Does this code make sense? Not really. Can it be easily written through carelessness or in a slightly more complex situation? For sure. Is it wrong? Not really, but even if so... Should the punishment be a segfault and a program crash? Heck no.

To build robust classes that do not segfault for stupid reasons, you must test for self-assignment whenever you don't use the copy-and-swap idiom or some other safe alternative. One should probably opt for copy-and-swap anyway but sometimes it makes sense not to, performance wise. It is also a good idea to know the self-assignment test pattern since it shows in tons of legacy code.

Answer 11

Late answer. But it will help to you.

Nowadays, I have been learning C++ and I faced same thinking with you.

When I tested many situation. I can't see equal situation.

But When you use allocator.

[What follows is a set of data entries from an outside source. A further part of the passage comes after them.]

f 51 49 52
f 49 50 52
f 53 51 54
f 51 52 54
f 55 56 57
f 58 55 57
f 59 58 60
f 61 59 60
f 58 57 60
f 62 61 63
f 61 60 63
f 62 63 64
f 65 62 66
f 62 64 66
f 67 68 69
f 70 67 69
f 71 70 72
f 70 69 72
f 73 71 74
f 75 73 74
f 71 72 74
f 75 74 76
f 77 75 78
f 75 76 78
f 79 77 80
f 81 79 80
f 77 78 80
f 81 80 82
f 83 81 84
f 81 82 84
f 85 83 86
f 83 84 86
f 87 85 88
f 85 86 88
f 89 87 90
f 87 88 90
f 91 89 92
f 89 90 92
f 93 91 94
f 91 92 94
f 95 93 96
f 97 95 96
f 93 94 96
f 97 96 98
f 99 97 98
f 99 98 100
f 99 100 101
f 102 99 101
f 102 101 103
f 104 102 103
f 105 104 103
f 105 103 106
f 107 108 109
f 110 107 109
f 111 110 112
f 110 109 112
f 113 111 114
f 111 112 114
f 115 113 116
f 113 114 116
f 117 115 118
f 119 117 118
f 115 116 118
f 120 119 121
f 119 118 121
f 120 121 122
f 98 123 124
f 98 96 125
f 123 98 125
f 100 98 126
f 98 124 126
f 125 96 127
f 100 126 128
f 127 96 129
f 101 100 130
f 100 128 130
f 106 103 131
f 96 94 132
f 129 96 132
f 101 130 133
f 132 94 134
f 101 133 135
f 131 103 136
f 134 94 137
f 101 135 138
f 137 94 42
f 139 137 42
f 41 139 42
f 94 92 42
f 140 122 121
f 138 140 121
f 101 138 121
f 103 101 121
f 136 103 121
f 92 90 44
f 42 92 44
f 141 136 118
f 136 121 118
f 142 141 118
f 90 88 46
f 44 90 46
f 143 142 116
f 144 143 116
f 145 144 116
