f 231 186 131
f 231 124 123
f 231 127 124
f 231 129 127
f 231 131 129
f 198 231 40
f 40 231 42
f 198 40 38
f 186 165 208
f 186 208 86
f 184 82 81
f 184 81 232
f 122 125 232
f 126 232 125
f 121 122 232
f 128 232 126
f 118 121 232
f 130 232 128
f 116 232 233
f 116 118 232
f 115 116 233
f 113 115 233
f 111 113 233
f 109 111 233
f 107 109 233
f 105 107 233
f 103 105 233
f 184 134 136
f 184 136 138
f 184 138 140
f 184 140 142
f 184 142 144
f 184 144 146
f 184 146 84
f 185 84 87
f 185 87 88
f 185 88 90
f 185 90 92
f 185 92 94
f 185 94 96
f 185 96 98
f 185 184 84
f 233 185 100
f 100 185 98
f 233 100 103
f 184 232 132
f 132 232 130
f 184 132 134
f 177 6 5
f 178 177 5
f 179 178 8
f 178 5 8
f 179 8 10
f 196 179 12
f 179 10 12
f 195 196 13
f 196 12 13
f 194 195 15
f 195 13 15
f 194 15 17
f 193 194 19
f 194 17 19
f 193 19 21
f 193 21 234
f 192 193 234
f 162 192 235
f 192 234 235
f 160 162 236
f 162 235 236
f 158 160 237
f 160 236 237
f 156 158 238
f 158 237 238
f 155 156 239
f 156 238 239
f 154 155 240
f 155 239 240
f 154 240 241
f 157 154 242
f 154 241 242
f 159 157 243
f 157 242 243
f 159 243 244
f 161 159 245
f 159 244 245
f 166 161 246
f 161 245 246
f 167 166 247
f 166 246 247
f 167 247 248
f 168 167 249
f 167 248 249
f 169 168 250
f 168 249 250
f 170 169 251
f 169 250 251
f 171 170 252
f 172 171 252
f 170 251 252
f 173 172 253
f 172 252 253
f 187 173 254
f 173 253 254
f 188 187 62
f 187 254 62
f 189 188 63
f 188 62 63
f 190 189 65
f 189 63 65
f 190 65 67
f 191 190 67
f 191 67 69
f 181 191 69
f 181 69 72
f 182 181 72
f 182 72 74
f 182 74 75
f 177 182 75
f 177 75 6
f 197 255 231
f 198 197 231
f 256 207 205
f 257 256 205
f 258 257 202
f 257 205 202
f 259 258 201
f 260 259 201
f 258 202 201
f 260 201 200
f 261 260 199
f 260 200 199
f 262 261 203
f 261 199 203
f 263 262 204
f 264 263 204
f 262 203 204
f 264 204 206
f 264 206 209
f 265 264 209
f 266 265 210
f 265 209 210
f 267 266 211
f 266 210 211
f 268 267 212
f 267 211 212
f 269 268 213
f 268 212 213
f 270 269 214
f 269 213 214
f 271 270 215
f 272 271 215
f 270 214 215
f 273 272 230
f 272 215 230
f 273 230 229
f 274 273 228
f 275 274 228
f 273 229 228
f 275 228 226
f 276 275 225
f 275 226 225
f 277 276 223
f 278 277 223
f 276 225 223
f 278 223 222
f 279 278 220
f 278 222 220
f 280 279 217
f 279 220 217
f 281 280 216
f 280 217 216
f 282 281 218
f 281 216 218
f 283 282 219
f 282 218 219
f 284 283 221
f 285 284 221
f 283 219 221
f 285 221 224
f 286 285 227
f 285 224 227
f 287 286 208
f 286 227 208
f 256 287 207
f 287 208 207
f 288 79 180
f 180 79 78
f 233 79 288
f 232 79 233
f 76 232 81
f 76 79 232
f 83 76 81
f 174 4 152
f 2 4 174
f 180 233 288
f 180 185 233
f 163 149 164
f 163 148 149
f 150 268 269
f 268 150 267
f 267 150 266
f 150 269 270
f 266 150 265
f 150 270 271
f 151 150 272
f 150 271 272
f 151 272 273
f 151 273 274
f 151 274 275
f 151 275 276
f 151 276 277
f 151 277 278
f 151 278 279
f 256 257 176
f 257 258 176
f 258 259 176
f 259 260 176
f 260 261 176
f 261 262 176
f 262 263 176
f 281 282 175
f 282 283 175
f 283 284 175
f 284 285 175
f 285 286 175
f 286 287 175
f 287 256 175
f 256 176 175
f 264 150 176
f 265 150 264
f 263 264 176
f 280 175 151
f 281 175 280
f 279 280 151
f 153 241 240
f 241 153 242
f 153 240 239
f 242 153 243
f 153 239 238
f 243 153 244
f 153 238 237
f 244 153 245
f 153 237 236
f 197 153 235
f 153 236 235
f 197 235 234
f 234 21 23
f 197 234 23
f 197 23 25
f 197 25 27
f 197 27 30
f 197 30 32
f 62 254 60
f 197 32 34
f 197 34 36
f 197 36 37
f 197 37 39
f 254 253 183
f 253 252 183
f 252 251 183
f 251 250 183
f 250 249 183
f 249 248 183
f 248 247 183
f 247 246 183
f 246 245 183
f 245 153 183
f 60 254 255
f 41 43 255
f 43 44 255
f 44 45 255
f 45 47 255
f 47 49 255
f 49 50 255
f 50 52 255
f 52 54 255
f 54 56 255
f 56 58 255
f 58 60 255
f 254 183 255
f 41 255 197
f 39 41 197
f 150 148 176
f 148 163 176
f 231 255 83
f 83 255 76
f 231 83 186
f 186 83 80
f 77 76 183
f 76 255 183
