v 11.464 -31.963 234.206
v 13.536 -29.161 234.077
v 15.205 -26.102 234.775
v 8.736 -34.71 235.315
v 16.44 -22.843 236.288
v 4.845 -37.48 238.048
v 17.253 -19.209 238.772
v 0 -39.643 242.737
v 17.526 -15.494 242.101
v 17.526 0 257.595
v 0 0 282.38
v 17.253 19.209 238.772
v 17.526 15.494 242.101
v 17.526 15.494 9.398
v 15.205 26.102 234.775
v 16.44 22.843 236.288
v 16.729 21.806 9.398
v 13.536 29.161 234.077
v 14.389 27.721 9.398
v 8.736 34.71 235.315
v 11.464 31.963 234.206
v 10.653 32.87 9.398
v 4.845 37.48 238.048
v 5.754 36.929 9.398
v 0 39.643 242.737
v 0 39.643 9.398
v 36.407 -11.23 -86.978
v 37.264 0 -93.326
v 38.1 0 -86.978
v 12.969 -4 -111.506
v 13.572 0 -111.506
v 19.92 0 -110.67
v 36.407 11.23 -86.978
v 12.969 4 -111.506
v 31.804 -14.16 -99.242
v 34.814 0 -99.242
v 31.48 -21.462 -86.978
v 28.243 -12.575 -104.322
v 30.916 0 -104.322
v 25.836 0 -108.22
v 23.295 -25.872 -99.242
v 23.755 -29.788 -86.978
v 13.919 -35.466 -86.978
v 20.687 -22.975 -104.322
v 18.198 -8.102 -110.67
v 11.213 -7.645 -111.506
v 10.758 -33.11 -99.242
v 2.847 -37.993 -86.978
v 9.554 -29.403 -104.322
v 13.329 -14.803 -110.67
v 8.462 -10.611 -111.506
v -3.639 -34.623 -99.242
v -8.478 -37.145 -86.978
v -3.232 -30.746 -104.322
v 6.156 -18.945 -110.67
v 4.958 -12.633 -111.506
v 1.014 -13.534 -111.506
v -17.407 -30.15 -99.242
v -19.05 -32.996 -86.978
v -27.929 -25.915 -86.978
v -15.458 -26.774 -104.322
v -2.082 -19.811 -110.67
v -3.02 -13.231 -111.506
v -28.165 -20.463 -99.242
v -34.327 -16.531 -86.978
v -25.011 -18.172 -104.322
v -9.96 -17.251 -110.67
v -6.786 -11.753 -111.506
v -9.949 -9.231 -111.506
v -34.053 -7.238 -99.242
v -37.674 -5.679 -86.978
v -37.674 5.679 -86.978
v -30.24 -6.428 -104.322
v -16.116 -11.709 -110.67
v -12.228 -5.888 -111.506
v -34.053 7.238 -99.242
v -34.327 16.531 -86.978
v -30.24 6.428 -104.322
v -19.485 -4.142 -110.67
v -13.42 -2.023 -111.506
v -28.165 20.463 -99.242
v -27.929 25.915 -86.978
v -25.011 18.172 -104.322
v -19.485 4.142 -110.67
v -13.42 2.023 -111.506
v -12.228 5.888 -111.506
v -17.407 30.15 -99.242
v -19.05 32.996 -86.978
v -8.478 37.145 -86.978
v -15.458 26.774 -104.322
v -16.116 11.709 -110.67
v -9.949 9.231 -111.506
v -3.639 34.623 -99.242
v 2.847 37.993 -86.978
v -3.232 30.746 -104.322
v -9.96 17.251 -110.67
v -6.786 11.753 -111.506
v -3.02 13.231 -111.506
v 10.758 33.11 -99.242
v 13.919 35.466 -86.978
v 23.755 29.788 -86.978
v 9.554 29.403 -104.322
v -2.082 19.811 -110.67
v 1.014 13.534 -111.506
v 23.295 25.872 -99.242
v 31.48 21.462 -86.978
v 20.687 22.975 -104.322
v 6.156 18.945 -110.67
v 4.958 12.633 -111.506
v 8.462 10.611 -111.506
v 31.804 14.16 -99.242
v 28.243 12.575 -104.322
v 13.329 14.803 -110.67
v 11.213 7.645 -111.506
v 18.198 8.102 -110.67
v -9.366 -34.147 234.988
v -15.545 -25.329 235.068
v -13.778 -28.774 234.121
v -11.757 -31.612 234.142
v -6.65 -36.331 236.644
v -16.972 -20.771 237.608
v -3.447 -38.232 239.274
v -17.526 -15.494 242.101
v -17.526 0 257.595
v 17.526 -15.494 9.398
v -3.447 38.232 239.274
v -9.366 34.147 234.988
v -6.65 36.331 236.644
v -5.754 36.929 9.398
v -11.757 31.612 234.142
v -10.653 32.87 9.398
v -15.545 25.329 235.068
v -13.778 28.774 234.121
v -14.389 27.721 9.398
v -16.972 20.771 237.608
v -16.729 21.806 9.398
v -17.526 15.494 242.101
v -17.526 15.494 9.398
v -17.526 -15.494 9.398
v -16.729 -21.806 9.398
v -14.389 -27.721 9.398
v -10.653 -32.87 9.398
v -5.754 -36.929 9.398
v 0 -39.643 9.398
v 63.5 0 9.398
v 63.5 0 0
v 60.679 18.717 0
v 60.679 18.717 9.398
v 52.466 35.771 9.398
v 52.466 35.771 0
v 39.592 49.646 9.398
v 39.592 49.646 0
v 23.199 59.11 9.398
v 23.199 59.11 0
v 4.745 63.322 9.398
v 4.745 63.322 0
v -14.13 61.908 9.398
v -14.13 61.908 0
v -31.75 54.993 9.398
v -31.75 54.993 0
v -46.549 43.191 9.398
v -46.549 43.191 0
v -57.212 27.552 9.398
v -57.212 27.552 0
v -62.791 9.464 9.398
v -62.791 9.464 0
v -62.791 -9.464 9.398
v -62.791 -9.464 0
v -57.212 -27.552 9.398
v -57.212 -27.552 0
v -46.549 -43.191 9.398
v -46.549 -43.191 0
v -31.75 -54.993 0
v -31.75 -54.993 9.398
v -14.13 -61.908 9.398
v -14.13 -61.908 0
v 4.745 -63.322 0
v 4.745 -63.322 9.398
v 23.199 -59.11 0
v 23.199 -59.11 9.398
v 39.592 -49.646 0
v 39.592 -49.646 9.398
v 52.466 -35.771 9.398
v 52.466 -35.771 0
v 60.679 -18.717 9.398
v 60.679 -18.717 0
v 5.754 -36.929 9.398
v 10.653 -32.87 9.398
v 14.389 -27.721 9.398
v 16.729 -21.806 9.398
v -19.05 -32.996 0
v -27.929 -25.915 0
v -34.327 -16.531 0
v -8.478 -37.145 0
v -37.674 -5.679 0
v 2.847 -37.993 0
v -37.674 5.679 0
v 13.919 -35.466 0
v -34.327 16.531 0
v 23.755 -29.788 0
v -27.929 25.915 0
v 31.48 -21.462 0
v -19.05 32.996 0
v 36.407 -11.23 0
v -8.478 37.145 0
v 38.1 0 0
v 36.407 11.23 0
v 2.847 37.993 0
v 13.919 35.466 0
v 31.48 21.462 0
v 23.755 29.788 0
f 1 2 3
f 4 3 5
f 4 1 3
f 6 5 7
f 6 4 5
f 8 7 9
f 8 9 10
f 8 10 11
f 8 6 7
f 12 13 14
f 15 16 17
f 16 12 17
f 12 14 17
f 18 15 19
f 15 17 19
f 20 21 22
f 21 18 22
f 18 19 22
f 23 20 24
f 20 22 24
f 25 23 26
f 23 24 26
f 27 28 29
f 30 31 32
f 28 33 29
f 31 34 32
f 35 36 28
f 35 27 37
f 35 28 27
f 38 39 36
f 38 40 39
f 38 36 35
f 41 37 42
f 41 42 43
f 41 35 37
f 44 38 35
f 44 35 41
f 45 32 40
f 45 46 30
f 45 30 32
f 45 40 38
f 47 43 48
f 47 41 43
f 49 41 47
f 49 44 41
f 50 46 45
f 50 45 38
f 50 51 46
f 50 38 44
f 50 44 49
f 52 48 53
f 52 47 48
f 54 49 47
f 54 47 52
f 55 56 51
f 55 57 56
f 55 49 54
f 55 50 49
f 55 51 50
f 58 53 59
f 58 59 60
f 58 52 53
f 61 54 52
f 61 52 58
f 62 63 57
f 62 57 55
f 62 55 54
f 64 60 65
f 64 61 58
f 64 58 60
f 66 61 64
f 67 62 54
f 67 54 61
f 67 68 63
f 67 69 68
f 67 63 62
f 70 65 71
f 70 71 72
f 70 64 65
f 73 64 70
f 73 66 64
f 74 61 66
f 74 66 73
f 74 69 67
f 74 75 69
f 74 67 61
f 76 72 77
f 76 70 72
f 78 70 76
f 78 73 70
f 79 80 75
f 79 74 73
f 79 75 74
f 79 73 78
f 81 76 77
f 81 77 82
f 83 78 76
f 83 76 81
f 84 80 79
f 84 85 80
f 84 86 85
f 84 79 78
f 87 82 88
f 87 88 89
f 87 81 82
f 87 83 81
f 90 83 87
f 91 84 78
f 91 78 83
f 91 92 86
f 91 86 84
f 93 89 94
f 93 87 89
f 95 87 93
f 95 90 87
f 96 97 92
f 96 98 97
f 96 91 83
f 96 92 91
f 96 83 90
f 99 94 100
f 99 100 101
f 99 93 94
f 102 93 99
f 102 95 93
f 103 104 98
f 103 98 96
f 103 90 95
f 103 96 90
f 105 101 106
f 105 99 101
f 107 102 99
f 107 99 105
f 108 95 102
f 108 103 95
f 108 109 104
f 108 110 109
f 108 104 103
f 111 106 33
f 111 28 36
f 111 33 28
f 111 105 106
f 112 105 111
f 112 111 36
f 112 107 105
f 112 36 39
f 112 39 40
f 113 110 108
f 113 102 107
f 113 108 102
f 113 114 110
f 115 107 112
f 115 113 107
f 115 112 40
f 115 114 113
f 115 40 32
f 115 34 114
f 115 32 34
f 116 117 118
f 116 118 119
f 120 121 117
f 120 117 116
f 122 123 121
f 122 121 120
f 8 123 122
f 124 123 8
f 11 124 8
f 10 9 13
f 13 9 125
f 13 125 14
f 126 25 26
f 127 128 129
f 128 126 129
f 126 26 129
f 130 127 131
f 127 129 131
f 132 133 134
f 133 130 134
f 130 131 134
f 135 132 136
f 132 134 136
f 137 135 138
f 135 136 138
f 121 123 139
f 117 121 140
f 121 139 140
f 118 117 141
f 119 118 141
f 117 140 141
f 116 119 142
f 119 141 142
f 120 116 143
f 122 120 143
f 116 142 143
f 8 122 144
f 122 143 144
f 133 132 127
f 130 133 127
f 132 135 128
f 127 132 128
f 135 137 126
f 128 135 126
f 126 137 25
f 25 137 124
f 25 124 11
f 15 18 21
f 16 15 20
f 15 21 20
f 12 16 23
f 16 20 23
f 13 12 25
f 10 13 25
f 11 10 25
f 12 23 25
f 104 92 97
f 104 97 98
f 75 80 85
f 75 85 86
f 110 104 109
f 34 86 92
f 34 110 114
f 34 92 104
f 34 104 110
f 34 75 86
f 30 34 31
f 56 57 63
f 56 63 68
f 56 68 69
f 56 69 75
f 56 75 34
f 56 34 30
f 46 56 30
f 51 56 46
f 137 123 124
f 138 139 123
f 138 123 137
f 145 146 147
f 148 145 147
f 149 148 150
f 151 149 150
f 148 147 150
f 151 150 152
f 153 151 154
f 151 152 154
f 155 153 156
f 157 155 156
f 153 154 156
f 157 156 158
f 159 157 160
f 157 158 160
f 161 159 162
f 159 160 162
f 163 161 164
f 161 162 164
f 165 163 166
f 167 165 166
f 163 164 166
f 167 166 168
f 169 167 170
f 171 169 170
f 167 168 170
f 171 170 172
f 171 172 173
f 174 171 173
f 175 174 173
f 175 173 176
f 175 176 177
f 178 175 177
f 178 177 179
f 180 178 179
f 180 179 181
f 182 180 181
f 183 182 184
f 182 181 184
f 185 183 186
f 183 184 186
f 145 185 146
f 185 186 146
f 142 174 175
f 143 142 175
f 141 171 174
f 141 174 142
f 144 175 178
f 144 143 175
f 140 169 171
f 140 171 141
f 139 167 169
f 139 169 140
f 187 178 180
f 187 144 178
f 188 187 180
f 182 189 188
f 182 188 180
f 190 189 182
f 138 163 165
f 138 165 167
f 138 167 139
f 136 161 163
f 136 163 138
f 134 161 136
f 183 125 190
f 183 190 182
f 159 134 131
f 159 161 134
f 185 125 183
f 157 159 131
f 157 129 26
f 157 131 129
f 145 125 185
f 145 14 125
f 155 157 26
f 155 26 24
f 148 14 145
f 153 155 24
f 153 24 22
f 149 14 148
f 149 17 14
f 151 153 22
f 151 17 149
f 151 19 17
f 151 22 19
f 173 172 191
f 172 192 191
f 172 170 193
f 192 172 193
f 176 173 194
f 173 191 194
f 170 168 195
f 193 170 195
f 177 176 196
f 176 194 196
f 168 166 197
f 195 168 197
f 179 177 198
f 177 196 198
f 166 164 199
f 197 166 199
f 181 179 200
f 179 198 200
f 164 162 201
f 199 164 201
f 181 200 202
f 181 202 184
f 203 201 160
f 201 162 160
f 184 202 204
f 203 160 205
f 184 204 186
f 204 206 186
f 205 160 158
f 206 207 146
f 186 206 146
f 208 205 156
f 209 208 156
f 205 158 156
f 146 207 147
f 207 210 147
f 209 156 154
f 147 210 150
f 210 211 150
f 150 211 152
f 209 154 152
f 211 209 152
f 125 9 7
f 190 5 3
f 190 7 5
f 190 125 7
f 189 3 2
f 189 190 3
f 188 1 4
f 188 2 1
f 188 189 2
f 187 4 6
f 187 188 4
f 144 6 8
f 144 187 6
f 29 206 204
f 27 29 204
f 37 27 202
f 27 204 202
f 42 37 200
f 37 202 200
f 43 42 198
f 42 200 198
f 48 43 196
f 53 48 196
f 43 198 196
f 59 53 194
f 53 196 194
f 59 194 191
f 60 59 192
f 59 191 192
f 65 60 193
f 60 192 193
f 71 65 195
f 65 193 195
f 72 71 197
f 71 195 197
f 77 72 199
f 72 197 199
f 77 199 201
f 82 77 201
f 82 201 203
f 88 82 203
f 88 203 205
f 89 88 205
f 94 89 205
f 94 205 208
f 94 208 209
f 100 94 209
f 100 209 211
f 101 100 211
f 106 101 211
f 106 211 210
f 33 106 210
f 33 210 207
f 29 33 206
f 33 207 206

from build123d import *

# Parameters (mm, degrees)
F0_R         = 63.5
F1_DEPTH     = 9.398
F2_R         = 38.1
F3_DEPTH     = 111.506
F4_W         = 35.051997751
F4_H         = 81.7880034447
F5_DEPTH     = 304.8
F6_R         = 24.5284097937
F7_T1_DEPTH  = 296.3349893283
F8_T1_DEPTH  = 227.6667963807
F8_T3_DEPTH  = 227.6667963807
F9_T1_DEPTH  = 194.6467963807
F9_T3_DEPTH  = 194.6467963807
F10_T1_DEPTH = 270.8026681705


# Not quite as in the source:
# - a fillet or chamfer that OpenCascade refuses, or shapes differently, is made with other operations: its cross-section is extruded or revolved along the edge and cut away or added


with BuildPart() as f1:
    # F0 (on Top) → F1 (new body)
    with BuildSketch(Plane.XY):
        Circle(F0_R)
    extrude(amount=F1_DEPTH)

    # F2 (on face) → F3 (join)
    with BuildSketch(Plane(origin=(0, 0, 0), x_dir=(1, 0, 0), z_dir=(0, 0, -1))):
        Circle(F2_R)
    extrude(amount=F3_DEPTH)

    # F4 (on face) → F5 (join)
    with BuildSketch(Plane.XY.offset(9.398)):
        Rectangle(F4_W, F4_H)
    extrude(amount=F5_DEPTH)

    # F6
    f6_edges = [f1.edges().sort_by_distance(p)[0] for p in [
        (-38.1, 0, -111.506),
    ]]
    fillet(f6_edges, radius=F6_R)

    # F7: chamfer of 50.8 on 2 edges, made by hand

    # F7_s2 → F7_t1 (cut)
    with BuildSketch(Plane.YZ.offset(-148.1674946642)):
        Polygon((40.8940017223, 263.398), (-9.9059982777, 314.198), (40.8940017223, 314.198), align=None)
        Polygon((-40.8940017223, 263.398), (9.9059982777, 314.198), (-40.8940017223, 314.198), align=None)
    extrude(amount=F7_T1_DEPTH, mode=Mode.SUBTRACT)

    # F8: chamfer of 33.02 on 2 edges, made by hand

    # F8_s2 → F8_t1 (cut)
    with BuildSketch(Plane(origin=(0, -51.2066322141, 51.2066322141), x_dir=(1, 0, 0), z_dir=(0, -0.7071067812, 0.7071067812))):
        Polygon((17.5259988755, 182.1469378787), (-15.4940011245, 215.1669378787), (17.5259988755, 215.1669378787), align=None)
    extrude(amount=F8_T1_DEPTH, mode=Mode.SUBTRACT)

    # F8_s4 → F8_t3 (cut)
    with BuildSketch(Plane(origin=(0, -212.1913677859, 212.1913677859), x_dir=(1, 0, 0), z_dir=(0, 0.7071067812, -0.7071067812))):
        Polygon((-17.5259988755, -182.1469378787), (15.4940011245, -215.1669378787), (-17.5259988755, -215.1669378787), align=None)
    extrude(amount=F8_T3_DEPTH, mode=Mode.SUBTRACT)

    # F9: chamfer of 33.02 on 2 edges, made by hand

    # F9_s2 → F9_t1 (cut)
    with BuildSketch(Plane(origin=(0, 188.8427018711, 188.8427018711), x_dir=(1, 0, 0), z_dir=(0, -0.7071067812, -0.7071067812))):
        Polygon((-17.5259988755, 182.1469378787), (15.4940011245, 215.1669378787), (-17.5259988755, 215.1669378787), align=None)
    extrude(amount=F9_T1_DEPTH, mode=Mode.SUBTRACT)

    # F9_s4 → F9_t3 (cut)
    with BuildSketch(Plane(origin=(0, 51.2066322141, 51.2066322141), x_dir=(1, 0, 0), z_dir=(0, 0.7071067812, 0.7071067812))):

It would be occur the same.

Here's the code.

#include <iostream>

class Test
{
public:
    int a;
    int b;

    Test(const Test& other) {
        if (this == &other)
            std::cout << "wow!" << std::endl;
        this->a = other.a;
        this->b = other.b;
    }
};

int main()
{
    std::allocator<Test> alloc;
    Test *a = alloc.allocate(sizeof(Test));
    alloc.construct(a, *a);
}

I don't know exactly why it works. But you can see the equal situation.